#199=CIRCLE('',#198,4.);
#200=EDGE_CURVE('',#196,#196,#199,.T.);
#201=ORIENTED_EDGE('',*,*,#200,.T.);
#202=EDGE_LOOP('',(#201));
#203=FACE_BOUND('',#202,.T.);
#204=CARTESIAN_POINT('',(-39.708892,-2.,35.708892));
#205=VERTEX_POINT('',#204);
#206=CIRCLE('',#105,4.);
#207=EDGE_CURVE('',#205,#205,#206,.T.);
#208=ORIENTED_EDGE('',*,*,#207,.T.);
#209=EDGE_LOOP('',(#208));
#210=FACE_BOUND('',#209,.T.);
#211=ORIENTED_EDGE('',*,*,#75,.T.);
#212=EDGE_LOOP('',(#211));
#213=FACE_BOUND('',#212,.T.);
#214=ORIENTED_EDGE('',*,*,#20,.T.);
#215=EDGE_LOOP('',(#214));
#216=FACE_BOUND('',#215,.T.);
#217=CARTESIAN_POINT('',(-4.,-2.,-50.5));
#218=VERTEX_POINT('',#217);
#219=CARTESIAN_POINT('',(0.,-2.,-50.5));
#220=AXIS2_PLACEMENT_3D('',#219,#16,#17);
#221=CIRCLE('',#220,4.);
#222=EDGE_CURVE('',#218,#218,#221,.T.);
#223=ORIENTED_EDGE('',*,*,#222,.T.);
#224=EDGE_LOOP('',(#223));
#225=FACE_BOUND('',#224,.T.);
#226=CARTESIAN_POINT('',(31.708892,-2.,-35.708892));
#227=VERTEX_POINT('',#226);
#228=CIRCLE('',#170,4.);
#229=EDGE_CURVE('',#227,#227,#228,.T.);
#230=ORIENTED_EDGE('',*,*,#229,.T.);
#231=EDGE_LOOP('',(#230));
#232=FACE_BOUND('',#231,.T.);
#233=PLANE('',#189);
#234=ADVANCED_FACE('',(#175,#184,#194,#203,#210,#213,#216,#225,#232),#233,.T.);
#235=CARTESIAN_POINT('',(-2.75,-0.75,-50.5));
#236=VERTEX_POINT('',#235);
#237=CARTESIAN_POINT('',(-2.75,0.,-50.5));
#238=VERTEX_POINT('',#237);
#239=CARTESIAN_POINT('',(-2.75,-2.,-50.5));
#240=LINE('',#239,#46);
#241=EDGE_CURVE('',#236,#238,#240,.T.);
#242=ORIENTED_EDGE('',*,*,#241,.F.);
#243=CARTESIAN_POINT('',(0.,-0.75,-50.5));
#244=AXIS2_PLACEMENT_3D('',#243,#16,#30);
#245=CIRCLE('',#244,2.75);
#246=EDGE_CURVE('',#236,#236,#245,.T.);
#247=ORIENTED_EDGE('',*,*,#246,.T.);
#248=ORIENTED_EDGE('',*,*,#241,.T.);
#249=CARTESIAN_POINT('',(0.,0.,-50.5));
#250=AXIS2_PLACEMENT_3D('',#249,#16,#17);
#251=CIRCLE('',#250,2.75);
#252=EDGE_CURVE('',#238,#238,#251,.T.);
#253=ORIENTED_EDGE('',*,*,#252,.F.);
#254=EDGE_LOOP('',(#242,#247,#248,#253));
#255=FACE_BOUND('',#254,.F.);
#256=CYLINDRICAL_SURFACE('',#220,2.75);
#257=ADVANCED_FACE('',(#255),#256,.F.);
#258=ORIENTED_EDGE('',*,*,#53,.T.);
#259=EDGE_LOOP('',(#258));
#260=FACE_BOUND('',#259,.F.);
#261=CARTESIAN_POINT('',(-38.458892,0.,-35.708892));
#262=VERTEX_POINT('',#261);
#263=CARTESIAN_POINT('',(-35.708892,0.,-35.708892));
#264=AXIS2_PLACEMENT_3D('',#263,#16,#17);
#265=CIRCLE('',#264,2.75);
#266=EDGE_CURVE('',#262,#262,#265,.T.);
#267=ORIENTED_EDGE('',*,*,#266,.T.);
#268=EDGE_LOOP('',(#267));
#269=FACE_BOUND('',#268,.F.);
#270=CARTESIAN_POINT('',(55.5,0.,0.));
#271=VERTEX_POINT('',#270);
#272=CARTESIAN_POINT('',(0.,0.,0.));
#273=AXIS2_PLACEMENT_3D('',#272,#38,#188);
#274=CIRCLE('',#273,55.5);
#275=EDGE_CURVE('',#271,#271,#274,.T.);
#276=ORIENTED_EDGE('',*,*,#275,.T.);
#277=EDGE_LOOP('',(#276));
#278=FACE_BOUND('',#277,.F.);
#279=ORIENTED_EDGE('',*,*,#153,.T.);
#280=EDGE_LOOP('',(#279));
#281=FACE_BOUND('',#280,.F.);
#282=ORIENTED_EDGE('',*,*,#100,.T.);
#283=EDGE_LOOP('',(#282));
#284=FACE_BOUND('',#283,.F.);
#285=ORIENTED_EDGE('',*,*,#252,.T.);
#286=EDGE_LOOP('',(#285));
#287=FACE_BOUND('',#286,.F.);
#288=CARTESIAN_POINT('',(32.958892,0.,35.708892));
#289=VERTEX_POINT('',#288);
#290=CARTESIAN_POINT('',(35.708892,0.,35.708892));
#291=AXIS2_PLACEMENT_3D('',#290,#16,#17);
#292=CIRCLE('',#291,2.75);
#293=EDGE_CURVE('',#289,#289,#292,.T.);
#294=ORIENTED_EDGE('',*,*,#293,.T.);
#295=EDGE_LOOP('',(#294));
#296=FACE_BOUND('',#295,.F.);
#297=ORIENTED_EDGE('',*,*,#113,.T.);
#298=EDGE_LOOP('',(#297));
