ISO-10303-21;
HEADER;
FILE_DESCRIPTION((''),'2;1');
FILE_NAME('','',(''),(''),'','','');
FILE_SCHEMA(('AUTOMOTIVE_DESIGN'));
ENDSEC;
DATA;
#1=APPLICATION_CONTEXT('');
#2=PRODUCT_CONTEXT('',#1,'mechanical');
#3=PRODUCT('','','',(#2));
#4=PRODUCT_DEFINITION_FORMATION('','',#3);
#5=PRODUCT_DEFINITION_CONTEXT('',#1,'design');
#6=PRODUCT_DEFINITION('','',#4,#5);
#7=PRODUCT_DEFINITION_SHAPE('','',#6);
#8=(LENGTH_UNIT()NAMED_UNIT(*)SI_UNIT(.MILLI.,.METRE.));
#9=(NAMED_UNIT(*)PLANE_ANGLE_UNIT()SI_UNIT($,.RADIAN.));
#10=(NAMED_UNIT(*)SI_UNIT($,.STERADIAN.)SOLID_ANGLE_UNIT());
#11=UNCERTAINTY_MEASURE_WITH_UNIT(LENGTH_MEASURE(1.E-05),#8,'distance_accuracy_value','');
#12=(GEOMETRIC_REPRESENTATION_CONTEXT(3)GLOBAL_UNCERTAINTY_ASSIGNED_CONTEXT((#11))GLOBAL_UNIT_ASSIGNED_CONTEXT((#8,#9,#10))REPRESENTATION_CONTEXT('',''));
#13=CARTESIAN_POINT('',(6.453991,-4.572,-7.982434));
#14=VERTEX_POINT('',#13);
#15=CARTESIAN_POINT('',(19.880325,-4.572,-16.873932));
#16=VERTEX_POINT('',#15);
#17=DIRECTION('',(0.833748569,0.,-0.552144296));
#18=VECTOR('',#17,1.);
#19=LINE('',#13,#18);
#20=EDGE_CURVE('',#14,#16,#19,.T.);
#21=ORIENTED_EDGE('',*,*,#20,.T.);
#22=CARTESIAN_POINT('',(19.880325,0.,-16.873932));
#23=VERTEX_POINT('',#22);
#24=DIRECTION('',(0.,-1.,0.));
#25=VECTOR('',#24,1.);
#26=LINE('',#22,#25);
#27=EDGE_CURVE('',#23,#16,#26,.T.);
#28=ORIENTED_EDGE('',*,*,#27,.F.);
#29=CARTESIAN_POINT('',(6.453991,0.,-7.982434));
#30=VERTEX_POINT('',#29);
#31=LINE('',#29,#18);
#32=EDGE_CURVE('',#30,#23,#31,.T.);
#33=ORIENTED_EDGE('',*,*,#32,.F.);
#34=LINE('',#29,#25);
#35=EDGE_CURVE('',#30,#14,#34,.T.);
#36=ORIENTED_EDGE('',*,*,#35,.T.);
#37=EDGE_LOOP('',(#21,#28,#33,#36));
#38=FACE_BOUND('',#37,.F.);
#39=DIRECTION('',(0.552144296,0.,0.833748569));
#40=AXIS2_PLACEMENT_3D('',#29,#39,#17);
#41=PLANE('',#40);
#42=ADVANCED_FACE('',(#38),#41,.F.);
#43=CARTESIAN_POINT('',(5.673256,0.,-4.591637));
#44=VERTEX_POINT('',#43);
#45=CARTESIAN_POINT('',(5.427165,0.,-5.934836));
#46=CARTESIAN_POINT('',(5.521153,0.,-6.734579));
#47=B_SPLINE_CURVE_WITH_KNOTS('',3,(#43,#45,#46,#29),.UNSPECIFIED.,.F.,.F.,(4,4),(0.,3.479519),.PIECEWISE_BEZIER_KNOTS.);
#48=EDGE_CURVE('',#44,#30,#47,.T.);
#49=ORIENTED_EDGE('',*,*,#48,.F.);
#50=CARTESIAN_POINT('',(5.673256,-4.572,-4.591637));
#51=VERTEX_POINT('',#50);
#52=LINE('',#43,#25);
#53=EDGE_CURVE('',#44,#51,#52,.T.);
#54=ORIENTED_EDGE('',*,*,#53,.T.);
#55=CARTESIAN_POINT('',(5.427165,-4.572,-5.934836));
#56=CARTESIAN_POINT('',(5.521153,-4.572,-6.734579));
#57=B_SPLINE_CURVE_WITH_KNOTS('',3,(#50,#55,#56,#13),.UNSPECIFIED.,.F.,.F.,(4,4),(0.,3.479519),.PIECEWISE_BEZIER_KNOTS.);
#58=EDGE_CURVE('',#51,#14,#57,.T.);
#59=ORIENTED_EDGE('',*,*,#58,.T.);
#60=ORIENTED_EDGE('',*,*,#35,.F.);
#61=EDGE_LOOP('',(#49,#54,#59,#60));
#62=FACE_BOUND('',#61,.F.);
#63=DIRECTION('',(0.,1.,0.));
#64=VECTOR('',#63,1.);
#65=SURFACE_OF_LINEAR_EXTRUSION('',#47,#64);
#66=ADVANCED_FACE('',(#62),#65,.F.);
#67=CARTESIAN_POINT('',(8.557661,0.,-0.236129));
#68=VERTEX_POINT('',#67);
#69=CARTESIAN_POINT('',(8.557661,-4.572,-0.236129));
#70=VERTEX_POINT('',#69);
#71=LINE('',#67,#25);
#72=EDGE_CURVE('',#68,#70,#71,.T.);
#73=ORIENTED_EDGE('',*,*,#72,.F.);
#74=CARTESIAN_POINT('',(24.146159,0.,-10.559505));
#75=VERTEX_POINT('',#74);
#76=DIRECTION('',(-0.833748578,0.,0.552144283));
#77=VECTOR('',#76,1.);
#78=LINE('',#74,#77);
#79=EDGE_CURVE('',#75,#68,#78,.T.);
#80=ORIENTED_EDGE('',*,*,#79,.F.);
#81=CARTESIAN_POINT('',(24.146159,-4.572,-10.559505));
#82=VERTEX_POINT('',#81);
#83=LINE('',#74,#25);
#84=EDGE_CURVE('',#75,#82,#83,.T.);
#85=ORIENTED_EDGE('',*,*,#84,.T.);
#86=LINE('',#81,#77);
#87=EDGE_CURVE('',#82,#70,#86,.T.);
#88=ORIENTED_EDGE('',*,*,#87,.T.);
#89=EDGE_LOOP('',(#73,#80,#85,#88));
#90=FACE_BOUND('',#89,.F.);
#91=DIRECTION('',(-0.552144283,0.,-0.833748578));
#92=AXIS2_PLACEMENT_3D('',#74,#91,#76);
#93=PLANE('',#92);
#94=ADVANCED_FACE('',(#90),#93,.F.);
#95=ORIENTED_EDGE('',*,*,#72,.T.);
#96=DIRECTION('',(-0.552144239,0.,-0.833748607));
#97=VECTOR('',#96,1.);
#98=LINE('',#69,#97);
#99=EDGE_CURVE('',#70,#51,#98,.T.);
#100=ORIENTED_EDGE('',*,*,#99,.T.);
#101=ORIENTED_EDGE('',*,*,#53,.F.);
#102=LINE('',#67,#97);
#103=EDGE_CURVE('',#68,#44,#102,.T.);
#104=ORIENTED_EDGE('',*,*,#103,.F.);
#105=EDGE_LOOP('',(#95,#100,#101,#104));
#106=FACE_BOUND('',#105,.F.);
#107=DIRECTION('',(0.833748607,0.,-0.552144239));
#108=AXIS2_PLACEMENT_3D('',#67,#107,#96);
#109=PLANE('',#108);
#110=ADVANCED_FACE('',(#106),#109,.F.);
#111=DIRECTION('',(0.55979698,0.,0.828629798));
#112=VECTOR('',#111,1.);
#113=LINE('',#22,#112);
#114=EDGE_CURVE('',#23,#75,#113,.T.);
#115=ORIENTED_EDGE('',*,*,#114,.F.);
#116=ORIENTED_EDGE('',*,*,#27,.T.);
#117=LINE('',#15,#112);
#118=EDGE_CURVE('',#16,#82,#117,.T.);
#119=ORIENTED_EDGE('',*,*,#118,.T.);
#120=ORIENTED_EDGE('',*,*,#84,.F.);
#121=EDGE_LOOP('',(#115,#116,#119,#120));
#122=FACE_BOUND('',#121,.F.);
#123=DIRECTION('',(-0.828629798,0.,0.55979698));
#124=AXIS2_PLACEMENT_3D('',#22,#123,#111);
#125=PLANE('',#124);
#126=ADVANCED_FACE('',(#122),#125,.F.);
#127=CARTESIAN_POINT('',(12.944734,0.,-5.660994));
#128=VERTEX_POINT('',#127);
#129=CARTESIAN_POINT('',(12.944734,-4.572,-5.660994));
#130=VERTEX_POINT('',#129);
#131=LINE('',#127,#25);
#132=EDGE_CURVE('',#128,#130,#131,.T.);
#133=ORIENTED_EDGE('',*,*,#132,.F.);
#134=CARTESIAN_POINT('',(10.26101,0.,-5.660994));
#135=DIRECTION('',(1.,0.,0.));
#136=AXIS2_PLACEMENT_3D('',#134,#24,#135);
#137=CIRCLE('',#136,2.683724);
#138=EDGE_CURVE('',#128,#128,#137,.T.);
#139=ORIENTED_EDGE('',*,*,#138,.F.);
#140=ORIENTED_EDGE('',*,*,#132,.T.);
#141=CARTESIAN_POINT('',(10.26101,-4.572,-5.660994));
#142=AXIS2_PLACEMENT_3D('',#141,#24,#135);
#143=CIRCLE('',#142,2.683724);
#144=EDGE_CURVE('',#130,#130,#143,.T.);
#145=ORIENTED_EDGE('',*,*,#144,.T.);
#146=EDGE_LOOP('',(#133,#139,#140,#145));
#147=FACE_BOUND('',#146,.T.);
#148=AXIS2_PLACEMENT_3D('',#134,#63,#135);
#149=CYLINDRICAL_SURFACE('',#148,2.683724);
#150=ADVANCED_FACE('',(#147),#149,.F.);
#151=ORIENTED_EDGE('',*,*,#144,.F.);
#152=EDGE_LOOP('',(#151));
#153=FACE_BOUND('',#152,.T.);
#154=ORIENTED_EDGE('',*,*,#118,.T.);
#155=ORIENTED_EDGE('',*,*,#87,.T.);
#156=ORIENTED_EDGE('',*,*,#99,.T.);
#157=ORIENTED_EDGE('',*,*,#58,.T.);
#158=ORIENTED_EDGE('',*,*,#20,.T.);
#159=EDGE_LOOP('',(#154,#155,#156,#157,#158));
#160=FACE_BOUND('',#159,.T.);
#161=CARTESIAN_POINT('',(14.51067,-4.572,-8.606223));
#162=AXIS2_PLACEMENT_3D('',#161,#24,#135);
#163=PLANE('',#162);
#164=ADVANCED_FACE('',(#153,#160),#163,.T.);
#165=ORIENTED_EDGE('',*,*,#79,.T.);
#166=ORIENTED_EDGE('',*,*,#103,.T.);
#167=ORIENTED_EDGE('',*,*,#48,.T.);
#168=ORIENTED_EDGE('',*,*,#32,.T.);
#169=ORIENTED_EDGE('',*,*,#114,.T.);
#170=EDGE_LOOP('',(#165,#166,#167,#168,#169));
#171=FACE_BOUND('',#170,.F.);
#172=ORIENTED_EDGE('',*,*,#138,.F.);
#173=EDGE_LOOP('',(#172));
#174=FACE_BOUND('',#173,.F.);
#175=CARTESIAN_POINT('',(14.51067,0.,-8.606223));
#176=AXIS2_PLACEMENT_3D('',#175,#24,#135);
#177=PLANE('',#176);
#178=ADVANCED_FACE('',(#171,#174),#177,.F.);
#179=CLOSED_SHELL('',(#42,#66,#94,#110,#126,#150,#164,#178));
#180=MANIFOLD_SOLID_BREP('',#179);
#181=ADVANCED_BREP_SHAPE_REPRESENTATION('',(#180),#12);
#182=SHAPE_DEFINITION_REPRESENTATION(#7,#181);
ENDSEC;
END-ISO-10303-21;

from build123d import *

# Parameters (mm, degrees)
F0_R     = 2.683724
F1_DEPTH = 4.572


with BuildPart() as f1:
    # F0 (on Front) → F1 (new body)
    with BuildSketch(Plane.XZ):
        with BuildLine():
            Line((19.880325, -16.873932), (24.146159, -10.559505))
            Line((24.146159, -10.559505), (8.557661, -0.236129))
            Line((8.557661, -0.236129), (5.673256, -4.591637))
            add(Edge.make_bspline(
                [(5.673256, -4.591637), (5.427165, -5.934836), (5.521153, -6.734579), (6.453991, -7.982434)],
                knots=[0, 0, 0, 0, 3.479519, 3.479519, 3.479519, 3.479519], degree=3))
            Line((6.453991, -7.982434), (19.880325, -16.873932))
        make_face()
        with Locations((10.26101, -5.660994)):
            Circle(F0_R, mode=Mode.SUBTRACT)
    extrude(amount=F1_DEPTH)


solid = f1.part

--- Prompt ---
All lines above from the one holding "#216=FACE_BOUND('',#215,.T.);" to the one holding "#223=ORIENTED_EDGE('',*,*,#222,.T.);", inclusive, are to be copied exactly; no other line is wanted.

--- Exercise response ---
#216=FACE_BOUND('',#215,.T.);
#217=CARTESIAN_POINT('',(-4.,-2.,-50.5));
#218=VERTEX_POINT('',#217);
#219=CARTESIAN_POINT('',(0.,-2.,-50.5));
#220=AXIS2_PLACEMENT_3D('',#219,#16,#17);
#221=CIRCLE('',#220,4.);
#222=EDGE_CURVE('',#218,#218,#221,.T.);
#223=ORIENTED_EDGE('',*,*,#222,.T.);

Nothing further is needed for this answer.